**Work task**
Would you give all of the records again, exactly as they read?

**Extracted entries**
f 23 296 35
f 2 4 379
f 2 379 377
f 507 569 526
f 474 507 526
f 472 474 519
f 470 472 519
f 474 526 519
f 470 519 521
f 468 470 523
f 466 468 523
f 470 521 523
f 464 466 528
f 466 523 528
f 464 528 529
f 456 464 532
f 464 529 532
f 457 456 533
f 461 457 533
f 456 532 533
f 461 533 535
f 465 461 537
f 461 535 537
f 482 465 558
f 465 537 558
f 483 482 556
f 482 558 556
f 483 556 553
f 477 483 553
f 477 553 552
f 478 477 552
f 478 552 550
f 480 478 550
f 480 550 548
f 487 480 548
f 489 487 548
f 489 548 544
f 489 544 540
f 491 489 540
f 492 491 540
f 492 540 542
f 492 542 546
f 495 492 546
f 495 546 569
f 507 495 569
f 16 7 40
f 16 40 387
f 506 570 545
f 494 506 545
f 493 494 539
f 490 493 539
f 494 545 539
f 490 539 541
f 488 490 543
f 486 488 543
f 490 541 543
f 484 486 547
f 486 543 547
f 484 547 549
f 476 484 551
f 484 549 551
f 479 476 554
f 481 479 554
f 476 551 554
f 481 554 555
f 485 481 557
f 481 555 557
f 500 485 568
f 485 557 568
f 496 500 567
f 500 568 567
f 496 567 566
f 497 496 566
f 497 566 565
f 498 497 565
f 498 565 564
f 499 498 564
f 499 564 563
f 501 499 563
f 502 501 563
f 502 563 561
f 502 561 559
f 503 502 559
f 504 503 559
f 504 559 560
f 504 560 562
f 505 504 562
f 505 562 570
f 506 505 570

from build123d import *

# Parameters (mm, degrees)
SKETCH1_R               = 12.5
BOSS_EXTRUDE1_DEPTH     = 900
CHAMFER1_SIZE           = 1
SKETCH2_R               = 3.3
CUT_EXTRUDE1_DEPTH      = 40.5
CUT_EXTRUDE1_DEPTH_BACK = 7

**Exercise solution**
f 23 296 35
f 2 4 379
f 2 379 377
f 507 569 526
f 474 507 526
f 472 474 519
f 470 472 519
f 474 526 519
f 470 519 521
f 468 470 523
f 466 468 523
f 470 521 523
f 464 466 528
f 466 523 528
f 464 528 529
f 456 464 532
f 464 529 532
f 457 456 533
f 461 457 533
f 456 532 533
f 461 533 535
f 465 461 537
f 461 535 537
f 482 465 558
f 465 537 558
f 483 482 556
f 482 558 556
f 483 556 553
f 477 483 553
f 477 553 552
f 478 477 552
f 478 552 550
f 480 478 550
f 480 550 548
f 487 480 548
f 489 487 548
f 489 548 544
f 489 544 540
f 491 489 540
f 492 491 540
f 492 540 542
f 492 542 546
f 495 492 546
f 495 546 569
f 507 495 569
f 16 7 40
f 16 40 387
f 506 570 545
f 494 506 545
f 493 494 539
f 490 493 539
f 494 545 539
f 490 539 541
f 488 490 543
f 486 488 543
f 490 541 543
f 484 486 547
f 486 543 547
f 484 547 549
f 476 484 551
f 484 549 551
f 479 476 554
f 481 479 554
f 476 551 554
f 481 554 555
f 485 481 557
f 481 555 557
f 500 485 568
f 485 557 568
f 496 500 567
f 500 568 567
f 496 567 566
f 497 496 566
f 497 566 565
f 498 497 565
f 498 565 564
f 499 498 564
f 499 564 563
f 501 499 563
f 502 501 563
f 502 563 561
f 502 561 559
f 503 502 559
f 504 503 559
f 504 559 560
f 504 560 562
f 505 504 562
f 505 562 570
f 506 505 570

from build123d import *

# Parameters (mm, degrees)
SKETCH1_R               = 12.5
BOSS_EXTRUDE1_DEPTH     = 900
CHAMFER1_SIZE           = 1
SKETCH2_R               = 3.3
CUT_EXTRUDE1_DEPTH      = 40.5
CUT_EXTRUDE1_DEPTH_BACK = 7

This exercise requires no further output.